● **DIRECTIONS**
Look through the data below for the line with "#233=FACE_BOUND('',#232,.T.);", and transcribe it exactly together with each line after it up to and including the line with "FreeCAD Python script". Give nothing else.

● **DATA TO EXAMINE**
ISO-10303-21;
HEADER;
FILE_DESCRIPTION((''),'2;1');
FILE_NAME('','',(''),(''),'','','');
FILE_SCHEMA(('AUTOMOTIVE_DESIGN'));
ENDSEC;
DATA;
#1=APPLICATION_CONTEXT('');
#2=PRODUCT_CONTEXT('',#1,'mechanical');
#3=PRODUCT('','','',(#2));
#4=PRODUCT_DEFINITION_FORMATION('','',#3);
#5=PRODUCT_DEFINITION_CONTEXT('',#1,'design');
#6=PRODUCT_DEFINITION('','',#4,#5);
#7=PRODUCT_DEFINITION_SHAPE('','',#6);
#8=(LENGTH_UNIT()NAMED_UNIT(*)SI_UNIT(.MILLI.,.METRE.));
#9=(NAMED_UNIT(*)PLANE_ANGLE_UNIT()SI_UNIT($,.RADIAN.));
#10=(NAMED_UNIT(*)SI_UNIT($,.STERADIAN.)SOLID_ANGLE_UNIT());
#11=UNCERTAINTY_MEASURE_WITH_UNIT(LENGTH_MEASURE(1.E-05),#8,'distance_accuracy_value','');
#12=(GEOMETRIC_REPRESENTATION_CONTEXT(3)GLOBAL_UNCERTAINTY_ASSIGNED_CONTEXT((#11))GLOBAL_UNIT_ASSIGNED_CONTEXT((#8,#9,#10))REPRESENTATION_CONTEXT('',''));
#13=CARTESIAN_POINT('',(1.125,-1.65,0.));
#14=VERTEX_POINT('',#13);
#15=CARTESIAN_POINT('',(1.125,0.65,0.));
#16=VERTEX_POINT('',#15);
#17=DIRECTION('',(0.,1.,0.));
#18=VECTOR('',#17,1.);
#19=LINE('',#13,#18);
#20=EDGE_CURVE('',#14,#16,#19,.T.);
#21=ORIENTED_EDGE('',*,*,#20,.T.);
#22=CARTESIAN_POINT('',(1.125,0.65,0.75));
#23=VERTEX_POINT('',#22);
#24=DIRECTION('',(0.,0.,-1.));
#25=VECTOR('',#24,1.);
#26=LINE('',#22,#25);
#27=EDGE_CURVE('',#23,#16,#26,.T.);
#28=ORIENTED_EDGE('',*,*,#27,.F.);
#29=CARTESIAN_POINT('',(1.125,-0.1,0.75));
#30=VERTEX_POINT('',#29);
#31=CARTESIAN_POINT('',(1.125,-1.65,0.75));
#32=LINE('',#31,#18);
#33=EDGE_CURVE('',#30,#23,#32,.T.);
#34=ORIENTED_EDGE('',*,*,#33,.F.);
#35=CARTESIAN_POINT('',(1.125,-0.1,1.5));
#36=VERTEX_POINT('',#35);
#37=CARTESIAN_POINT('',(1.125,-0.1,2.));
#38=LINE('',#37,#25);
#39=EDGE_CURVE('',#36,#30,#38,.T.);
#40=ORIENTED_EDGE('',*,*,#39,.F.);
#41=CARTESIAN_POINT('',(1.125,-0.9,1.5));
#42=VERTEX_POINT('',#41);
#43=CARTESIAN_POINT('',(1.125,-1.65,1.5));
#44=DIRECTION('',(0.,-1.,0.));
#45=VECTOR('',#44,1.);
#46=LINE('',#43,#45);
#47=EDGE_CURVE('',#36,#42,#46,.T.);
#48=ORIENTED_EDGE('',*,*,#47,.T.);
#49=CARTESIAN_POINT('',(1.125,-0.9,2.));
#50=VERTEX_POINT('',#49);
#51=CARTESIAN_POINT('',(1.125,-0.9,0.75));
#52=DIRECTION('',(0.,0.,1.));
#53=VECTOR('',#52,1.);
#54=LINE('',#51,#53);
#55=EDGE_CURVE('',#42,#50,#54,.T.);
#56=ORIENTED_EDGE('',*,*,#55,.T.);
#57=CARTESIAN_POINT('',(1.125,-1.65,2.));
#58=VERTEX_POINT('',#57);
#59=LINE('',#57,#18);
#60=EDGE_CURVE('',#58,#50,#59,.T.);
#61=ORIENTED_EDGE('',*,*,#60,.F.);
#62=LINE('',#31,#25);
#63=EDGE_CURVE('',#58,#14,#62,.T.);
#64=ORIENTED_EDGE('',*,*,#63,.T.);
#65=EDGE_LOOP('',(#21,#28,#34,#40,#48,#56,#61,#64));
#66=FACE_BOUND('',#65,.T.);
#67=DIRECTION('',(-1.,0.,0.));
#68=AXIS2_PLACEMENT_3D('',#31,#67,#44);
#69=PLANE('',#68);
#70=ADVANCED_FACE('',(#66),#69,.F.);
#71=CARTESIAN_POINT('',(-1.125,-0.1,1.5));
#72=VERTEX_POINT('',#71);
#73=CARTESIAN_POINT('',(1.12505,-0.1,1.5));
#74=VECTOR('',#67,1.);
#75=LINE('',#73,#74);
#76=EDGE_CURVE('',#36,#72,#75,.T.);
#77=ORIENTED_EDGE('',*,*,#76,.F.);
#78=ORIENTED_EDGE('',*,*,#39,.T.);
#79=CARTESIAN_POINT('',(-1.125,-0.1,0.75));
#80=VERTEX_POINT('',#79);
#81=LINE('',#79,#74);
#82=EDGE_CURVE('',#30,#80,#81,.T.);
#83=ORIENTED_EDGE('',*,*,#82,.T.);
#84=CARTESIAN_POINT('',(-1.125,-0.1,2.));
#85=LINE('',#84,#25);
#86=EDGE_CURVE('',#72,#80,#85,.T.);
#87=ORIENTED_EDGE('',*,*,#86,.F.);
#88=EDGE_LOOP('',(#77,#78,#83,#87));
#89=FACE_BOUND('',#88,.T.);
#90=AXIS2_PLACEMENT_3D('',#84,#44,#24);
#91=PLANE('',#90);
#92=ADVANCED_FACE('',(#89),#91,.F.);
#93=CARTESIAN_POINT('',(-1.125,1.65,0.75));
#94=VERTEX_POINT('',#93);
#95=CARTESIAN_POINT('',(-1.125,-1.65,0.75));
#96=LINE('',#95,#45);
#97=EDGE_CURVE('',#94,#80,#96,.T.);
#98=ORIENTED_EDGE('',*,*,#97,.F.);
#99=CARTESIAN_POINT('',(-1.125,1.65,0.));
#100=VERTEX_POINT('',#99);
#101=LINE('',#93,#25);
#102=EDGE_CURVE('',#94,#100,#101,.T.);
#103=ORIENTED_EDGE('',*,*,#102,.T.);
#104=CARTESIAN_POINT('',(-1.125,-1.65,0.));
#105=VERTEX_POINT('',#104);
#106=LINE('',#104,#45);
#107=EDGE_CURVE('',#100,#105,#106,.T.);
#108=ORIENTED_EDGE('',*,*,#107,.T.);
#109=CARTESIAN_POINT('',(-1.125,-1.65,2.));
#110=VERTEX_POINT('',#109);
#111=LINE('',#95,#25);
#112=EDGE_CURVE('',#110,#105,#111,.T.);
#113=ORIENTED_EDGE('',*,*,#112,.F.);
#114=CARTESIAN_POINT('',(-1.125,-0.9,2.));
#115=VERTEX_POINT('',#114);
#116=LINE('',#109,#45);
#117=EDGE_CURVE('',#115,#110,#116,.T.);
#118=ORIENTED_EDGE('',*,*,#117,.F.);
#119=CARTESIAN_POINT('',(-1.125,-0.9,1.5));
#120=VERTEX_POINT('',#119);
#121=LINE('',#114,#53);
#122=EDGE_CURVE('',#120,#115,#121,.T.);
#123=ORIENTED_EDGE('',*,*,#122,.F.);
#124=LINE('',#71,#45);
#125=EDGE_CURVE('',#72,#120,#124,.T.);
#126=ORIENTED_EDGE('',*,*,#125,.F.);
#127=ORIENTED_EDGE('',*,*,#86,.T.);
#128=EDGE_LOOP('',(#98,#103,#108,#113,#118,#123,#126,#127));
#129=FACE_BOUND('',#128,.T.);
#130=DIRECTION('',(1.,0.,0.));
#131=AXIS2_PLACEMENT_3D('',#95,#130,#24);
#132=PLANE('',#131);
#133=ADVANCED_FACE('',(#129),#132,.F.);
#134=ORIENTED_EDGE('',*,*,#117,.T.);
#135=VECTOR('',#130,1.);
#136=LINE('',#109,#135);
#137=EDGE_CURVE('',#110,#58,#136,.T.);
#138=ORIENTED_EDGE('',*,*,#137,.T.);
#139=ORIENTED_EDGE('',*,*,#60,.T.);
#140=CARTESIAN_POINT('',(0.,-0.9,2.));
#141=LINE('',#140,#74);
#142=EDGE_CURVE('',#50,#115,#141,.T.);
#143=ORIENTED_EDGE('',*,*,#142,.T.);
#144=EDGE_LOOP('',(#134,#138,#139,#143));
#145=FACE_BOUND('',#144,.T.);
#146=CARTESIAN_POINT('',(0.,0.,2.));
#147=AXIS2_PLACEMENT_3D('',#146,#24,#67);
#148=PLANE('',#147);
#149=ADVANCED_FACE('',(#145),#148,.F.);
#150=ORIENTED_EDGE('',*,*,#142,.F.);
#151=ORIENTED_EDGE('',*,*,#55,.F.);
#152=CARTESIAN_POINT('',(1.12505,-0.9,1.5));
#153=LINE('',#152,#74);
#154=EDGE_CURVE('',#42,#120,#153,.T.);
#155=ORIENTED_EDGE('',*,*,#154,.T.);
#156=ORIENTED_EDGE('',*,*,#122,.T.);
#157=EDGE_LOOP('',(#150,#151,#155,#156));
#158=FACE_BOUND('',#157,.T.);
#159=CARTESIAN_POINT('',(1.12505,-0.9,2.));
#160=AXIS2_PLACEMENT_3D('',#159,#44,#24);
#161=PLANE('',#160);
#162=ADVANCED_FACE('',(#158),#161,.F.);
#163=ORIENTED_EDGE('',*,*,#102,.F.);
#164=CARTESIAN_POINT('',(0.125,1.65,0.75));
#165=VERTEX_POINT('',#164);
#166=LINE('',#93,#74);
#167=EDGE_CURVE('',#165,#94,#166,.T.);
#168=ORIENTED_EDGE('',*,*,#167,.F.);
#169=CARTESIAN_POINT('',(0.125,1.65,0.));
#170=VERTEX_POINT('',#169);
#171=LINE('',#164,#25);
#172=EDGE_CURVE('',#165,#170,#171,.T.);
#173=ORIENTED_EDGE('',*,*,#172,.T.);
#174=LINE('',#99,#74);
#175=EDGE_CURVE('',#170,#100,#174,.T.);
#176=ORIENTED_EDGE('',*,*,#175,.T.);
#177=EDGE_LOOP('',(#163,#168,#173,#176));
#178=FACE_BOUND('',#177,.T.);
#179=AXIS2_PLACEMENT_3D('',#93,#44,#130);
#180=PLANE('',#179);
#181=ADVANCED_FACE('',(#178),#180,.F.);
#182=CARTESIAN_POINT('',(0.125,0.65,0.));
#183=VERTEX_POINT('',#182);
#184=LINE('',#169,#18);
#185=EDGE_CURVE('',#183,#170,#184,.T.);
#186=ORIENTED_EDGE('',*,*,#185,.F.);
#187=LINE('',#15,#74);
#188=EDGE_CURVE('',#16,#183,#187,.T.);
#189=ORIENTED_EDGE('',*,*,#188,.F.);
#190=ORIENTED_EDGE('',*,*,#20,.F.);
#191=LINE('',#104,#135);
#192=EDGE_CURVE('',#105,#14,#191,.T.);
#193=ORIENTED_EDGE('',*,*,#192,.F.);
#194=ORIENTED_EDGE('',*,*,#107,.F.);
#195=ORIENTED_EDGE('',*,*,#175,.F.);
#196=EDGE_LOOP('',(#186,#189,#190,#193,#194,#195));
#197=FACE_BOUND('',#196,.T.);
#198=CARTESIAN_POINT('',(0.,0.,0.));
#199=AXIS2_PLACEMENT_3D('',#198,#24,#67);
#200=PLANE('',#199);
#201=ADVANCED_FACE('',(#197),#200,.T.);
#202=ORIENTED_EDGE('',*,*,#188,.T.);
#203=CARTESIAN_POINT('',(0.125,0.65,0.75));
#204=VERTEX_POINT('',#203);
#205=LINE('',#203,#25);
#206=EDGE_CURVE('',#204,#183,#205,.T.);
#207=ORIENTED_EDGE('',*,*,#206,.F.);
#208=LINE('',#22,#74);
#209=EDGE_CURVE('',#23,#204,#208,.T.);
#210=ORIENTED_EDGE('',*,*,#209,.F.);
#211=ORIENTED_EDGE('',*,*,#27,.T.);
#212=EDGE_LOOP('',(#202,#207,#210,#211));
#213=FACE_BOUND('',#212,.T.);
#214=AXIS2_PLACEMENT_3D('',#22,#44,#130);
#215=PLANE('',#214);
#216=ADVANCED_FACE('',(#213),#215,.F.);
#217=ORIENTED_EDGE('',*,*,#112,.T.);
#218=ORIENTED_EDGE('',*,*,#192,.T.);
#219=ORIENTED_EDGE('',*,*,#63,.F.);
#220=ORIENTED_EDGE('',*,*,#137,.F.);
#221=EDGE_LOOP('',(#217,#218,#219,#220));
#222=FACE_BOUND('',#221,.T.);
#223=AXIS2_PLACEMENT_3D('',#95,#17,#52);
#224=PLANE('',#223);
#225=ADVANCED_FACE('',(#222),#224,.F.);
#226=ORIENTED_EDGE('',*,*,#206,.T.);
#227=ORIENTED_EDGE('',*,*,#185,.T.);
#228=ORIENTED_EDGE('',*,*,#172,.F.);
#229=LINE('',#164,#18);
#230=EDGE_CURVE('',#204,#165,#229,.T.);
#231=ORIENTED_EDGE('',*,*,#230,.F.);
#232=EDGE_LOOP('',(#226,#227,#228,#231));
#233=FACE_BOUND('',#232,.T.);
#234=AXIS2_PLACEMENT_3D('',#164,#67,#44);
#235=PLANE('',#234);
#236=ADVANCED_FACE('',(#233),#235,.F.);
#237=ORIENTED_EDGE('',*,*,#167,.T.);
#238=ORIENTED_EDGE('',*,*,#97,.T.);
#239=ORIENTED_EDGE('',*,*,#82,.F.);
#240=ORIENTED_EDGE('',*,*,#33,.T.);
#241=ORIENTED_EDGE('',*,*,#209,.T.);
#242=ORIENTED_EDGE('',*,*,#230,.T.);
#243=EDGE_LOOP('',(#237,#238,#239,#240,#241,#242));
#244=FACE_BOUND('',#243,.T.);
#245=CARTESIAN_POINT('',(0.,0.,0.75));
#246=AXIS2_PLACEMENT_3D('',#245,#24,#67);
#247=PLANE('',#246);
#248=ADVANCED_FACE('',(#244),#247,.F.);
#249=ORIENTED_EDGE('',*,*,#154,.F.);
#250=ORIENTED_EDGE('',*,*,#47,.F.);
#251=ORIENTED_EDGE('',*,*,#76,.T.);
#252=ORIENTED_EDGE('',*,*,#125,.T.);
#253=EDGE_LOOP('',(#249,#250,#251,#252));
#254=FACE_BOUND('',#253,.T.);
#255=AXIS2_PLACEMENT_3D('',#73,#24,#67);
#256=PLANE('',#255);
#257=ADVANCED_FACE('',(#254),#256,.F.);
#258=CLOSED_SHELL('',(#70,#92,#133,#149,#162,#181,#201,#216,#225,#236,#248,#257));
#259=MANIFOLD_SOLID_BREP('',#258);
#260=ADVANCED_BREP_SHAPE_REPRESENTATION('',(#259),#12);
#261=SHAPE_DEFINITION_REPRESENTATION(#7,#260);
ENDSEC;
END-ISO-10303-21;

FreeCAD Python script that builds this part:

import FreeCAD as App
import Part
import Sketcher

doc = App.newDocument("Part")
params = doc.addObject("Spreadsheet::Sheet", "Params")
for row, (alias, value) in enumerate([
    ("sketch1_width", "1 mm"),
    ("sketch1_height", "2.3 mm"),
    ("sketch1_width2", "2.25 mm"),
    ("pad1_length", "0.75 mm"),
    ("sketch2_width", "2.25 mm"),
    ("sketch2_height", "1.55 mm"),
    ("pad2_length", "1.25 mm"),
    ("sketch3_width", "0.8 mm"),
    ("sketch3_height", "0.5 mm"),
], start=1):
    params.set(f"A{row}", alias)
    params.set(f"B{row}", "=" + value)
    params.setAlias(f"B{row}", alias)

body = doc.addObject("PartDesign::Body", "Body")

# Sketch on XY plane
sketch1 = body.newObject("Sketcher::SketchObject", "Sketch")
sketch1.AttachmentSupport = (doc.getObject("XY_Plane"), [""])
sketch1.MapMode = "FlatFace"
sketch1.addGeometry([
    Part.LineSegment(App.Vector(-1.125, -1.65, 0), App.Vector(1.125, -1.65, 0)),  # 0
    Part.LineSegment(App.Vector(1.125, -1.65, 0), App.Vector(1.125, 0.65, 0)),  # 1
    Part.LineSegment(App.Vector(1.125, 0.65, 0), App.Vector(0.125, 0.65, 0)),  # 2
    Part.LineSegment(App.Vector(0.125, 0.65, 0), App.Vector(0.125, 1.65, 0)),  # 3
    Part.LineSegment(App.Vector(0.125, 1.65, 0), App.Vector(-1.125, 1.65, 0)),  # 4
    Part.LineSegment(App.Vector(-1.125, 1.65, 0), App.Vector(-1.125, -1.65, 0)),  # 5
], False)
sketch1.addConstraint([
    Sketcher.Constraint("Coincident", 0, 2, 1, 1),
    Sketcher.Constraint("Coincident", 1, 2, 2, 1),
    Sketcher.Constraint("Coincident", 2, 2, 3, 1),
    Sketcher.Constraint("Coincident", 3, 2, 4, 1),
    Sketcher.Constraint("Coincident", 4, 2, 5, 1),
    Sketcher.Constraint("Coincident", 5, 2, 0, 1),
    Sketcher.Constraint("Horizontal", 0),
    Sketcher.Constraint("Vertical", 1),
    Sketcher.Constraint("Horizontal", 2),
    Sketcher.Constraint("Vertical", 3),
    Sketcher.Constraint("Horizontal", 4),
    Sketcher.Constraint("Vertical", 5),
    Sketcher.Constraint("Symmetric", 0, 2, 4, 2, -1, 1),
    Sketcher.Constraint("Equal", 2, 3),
...
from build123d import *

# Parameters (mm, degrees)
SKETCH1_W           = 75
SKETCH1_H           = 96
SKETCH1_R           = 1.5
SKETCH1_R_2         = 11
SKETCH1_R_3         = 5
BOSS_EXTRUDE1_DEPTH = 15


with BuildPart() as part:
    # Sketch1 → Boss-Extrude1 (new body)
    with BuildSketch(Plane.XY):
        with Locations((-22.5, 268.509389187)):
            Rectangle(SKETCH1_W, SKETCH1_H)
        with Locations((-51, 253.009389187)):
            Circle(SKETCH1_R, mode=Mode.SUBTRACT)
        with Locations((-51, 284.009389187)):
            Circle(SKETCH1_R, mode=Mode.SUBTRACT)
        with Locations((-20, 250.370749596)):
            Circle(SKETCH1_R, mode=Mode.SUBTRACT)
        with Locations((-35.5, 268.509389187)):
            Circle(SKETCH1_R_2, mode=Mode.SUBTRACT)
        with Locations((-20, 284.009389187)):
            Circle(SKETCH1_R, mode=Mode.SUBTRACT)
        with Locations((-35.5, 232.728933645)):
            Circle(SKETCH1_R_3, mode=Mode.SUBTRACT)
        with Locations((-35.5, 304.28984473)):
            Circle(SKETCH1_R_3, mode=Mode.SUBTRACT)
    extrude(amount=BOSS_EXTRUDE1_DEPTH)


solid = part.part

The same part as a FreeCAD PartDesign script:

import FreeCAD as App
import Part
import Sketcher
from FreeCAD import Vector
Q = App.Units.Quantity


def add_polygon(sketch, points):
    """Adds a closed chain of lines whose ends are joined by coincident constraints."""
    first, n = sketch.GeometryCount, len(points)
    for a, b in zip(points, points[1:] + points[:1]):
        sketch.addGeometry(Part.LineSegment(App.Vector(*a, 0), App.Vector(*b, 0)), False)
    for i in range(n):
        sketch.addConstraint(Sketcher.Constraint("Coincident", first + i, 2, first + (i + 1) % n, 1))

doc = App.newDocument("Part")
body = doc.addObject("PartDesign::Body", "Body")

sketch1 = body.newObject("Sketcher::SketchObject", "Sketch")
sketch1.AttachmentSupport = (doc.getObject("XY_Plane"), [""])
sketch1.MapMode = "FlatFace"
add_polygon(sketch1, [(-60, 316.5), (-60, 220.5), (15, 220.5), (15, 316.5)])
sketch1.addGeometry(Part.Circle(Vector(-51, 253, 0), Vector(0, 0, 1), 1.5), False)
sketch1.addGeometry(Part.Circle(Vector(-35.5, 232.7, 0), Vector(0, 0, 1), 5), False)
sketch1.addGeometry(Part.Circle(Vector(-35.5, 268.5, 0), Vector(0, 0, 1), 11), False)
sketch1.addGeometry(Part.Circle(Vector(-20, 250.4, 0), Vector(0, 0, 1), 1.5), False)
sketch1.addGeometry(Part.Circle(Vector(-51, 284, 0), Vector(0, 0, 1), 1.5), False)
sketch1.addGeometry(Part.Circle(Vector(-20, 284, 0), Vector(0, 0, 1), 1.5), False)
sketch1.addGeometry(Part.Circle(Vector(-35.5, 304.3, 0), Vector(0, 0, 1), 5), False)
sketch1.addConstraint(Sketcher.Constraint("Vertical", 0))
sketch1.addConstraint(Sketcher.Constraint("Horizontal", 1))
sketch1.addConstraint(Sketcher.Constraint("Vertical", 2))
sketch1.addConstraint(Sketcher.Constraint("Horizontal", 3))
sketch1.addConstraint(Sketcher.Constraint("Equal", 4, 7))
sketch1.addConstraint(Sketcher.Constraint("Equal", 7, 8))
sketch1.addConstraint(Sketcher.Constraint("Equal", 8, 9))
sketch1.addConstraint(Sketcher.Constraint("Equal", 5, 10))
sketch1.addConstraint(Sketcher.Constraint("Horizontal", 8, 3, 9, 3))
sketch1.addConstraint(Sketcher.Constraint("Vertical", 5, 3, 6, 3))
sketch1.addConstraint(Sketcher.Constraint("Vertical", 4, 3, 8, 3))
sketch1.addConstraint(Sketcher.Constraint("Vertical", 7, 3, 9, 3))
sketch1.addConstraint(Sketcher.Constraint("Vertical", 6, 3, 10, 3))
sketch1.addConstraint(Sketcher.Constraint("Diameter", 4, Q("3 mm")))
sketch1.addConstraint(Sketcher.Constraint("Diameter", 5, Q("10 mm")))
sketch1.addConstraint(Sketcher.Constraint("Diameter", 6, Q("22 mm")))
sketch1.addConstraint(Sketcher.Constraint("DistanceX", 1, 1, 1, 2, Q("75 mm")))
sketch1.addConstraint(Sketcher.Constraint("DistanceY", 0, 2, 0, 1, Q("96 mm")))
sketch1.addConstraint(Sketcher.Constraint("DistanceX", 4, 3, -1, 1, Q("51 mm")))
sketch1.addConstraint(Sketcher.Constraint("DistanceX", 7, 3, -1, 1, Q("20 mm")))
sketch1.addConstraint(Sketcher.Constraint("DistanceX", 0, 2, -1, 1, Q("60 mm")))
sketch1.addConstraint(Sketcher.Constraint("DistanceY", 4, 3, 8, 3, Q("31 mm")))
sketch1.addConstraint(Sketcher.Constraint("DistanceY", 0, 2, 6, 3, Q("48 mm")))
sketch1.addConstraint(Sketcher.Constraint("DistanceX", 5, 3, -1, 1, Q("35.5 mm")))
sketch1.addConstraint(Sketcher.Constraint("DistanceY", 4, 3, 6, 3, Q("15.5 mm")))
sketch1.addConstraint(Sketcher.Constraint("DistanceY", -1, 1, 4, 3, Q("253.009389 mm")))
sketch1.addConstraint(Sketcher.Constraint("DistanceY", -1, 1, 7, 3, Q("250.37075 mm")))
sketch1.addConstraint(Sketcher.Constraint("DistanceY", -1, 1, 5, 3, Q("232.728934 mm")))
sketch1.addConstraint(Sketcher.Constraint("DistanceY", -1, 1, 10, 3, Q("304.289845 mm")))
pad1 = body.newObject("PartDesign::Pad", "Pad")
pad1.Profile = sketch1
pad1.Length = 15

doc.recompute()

● **EXERCISE RESPONSE**
#233=FACE_BOUND('',#232,.T.);
#234=AXIS2_PLACEMENT_3D('',#164,#67,#44);
#235=PLANE('',#234);
#236=ADVANCED_FACE('',(#233),#235,.F.);
#237=ORIENTED_EDGE('',*,*,#167,.T.);
#238=ORIENTED_EDGE('',*,*,#97,.T.);
#239=ORIENTED_EDGE('',*,*,#82,.F.);
#240=ORIENTED_EDGE('',*,*,#33,.T.);
#241=ORIENTED_EDGE('',*,*,#209,.T.);
#242=ORIENTED_EDGE('',*,*,#230,.T.);
#243=EDGE_LOOP('',(#237,#238,#239,#240,#241,#242));
#244=FACE_BOUND('',#243,.T.);
#245=CARTESIAN_POINT('',(0.,0.,0.75));
#246=AXIS2_PLACEMENT_3D('',#245,#24,#67);
#247=PLANE('',#246);
#248=ADVANCED_FACE('',(#244),#247,.F.);
#249=ORIENTED_EDGE('',*,*,#154,.F.);
#250=ORIENTED_EDGE('',*,*,#47,.F.);
#251=ORIENTED_EDGE('',*,*,#76,.T.);
#252=ORIENTED_EDGE('',*,*,#125,.T.);
#253=EDGE_LOOP('',(#249,#250,#251,#252));
#254=FACE_BOUND('',#253,.T.);
#255=AXIS2_PLACEMENT_3D('',#73,#24,#67);
#256=PLANE('',#255);
#257=ADVANCED_FACE('',(#254),#256,.F.);
#258=CLOSED_SHELL('',(#70,#92,#133,#149,#162,#181,#201,#216,#225,#236,#248,#257));
#259=MANIFOLD_SOLID_BREP('',#258);
#260=ADVANCED_BREP_SHAPE_REPRESENTATION('',(#259),#12);
#261=SHAPE_DEFINITION_REPRESENTATION(#7,#260);
ENDSEC;
END-ISO-10303-21;

FreeCAD Python script that builds this part:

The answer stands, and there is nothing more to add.